The name “Hadoop” was given by one of Doug Cutting’s sons when the son was about 2-year old and called his elephant toy something like “Hadoop”. Doug used the name for his open source project because it was easy to pronounce and to Google. This video provides more details: https://www.youtube.com/watch?v=dImieI08lds
Hadoop Overview
Hadoop is a free, Java-based programming framework that supports the processing of large data sets in a distributed computing environment. It is part of the Apache project sponsored by the Apache Software Foundation [5].
Hortonworks predicted that by end of 2020, 75% of Fortune 2000 companies will be running 1000 node Hadoop clusters in production. The tiny toy elephant in the big data room has become the most popular big data solution across the globe.
Hadoop has the ability to store and analyze data present in different machines at different locations very quickly and in a very cost-effective manner. It uses the concept of MapReduce which enables it to divide the query into small parts and process them in parallel [5].
The following diagram explains different tools in the Hadoop and non-Hadoop Platforms:
(Image source: jp.hortonworks.com)
Here are 6 Characteristics and Benefits of Hadoop:
- Hadoop Brings Flexibility in Data Processing:
One of the biggest challenges organizations have had in that past was the challenge of handling unstructured data. Hadoop manages data whether structured or unstructured, encoded or formatted, or any other type of data. Hadoop brings the value to the table where unstructured data can be useful in decision making process.

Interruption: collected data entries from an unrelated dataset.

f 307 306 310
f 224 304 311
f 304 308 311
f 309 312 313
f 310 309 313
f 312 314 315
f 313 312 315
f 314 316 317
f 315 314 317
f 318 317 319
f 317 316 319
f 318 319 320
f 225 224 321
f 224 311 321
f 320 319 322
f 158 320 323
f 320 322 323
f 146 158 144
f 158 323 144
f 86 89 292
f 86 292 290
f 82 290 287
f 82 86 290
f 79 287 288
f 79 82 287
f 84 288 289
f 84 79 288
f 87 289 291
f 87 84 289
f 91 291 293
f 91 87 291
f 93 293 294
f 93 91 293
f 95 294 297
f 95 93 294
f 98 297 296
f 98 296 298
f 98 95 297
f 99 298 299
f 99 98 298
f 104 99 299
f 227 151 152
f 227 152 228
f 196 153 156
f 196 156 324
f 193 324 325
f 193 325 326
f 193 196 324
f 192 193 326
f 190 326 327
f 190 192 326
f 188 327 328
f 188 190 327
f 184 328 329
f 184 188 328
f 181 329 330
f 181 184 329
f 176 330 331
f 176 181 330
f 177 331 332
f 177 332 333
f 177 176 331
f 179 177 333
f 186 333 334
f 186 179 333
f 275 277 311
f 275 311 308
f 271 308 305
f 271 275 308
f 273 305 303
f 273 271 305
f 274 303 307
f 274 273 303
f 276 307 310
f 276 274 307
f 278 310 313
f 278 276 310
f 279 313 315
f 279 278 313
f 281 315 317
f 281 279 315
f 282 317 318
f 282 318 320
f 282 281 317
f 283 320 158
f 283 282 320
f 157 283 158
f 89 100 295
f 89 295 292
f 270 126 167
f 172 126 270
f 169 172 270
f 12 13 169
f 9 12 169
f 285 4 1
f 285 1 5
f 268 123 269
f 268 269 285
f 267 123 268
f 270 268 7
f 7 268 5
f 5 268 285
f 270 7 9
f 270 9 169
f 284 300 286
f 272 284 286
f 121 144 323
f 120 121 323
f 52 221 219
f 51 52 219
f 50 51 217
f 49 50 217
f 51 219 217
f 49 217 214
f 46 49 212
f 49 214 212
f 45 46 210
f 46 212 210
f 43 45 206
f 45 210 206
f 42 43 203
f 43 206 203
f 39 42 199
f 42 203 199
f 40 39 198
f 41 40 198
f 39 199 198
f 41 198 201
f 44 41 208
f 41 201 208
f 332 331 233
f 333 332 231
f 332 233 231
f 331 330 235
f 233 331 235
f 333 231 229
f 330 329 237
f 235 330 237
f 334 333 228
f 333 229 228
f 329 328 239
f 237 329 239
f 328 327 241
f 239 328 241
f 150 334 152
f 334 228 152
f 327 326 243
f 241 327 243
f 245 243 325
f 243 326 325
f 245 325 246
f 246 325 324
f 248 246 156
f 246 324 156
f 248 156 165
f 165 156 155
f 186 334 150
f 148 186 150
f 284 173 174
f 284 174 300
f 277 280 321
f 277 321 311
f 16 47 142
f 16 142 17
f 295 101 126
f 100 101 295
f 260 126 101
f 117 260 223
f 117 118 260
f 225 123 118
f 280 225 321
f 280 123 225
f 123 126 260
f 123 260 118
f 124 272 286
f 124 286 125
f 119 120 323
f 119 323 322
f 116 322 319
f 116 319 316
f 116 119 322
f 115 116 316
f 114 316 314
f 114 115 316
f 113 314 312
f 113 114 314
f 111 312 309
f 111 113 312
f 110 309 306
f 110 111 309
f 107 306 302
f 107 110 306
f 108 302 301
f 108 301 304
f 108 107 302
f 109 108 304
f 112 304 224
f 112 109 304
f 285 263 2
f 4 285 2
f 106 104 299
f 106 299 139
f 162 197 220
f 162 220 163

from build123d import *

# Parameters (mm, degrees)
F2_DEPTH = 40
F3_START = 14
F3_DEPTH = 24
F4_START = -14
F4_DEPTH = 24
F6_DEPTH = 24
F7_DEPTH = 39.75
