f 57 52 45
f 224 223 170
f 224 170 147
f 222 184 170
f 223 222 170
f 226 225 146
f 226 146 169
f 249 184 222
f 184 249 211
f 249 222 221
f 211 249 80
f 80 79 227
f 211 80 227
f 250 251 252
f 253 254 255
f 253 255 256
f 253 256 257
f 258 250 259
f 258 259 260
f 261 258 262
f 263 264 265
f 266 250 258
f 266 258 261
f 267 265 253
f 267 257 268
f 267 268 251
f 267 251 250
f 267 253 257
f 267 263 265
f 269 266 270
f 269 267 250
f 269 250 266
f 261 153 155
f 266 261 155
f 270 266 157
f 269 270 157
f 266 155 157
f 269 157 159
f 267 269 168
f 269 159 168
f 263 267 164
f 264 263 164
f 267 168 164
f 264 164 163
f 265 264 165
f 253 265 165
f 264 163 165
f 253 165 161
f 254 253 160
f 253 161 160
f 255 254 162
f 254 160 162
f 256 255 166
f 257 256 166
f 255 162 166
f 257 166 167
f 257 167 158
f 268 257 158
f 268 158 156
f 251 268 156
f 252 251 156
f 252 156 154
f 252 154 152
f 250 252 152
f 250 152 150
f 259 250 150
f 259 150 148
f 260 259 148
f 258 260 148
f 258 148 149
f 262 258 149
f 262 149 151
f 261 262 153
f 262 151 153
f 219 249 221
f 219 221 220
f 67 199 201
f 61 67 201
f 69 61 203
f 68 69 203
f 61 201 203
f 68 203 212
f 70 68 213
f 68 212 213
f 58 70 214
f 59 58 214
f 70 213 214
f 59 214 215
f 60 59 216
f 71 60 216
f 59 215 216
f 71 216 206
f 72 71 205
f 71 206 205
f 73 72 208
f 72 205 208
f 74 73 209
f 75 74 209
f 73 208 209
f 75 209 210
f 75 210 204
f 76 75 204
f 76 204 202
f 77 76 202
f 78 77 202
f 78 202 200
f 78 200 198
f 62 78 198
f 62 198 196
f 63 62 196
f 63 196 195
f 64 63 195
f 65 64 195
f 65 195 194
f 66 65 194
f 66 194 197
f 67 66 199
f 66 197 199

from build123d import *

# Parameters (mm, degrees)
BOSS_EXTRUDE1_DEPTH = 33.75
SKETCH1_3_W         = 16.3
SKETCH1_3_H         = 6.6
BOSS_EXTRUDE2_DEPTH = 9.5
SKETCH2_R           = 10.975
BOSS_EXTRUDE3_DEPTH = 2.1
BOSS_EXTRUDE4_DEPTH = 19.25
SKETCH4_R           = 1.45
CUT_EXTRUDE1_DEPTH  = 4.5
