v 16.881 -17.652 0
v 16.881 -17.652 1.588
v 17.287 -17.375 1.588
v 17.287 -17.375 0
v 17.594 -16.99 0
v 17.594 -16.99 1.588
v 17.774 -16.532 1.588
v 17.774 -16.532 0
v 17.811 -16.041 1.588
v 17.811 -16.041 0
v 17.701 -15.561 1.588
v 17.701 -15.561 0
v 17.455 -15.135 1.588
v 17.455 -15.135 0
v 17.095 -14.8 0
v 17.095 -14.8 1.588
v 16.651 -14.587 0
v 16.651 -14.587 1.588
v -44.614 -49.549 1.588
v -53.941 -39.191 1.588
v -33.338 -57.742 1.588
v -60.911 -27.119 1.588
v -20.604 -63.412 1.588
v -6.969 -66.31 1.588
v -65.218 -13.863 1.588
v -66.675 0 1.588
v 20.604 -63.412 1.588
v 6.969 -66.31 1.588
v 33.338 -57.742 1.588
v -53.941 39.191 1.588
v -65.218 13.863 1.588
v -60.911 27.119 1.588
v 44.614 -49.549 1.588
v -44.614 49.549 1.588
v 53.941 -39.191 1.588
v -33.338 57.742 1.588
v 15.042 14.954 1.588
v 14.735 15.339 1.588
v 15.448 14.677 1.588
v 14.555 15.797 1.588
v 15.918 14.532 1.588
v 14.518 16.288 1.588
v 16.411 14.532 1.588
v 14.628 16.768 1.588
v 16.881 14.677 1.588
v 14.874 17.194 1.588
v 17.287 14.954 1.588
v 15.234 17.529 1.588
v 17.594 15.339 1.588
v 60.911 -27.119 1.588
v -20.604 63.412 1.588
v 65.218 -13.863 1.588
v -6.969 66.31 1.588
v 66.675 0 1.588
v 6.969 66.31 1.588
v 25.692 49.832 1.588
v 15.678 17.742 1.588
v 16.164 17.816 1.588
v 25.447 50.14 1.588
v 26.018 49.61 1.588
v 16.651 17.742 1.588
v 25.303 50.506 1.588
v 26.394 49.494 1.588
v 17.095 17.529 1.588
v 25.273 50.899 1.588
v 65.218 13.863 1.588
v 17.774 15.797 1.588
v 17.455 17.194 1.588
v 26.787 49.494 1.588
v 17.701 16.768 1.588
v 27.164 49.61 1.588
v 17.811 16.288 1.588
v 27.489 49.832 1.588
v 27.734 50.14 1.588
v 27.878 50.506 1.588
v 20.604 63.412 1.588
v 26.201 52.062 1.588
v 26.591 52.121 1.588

- Hadoop Is Easily Scalable
- Hadoop Is Fault Tolerant
- Hadoop Is Great at High-Volume Batch Data Processing
- Hadoop Ecosystem Is Robust
- Hadoop is Very Cost Effective
Hadoop generates cost benefits by bringing massively parallel computing to commodity servers, resulting in a substantial reduction in the cost per terabyte of storage, which in turn makes it reasonable to model all your data.
Hadoop Architecture with focuses on HDFS and MapReduce
Hadoop is composed of modules that work together to create the Hadoop framework. The primary Hadoop framework modules are:
- Hadoop Distributed File System: Commonly known as HDFS, it is a distributed file system compatible with very high scale bandwidth.
- MapReduce: A programming model for processing big data.
- YARN: It is a platform used for managing and scheduling Hadoop’s resources in Hadoop infrastructure.
- Libraries: To help other modules to work with Hadoop.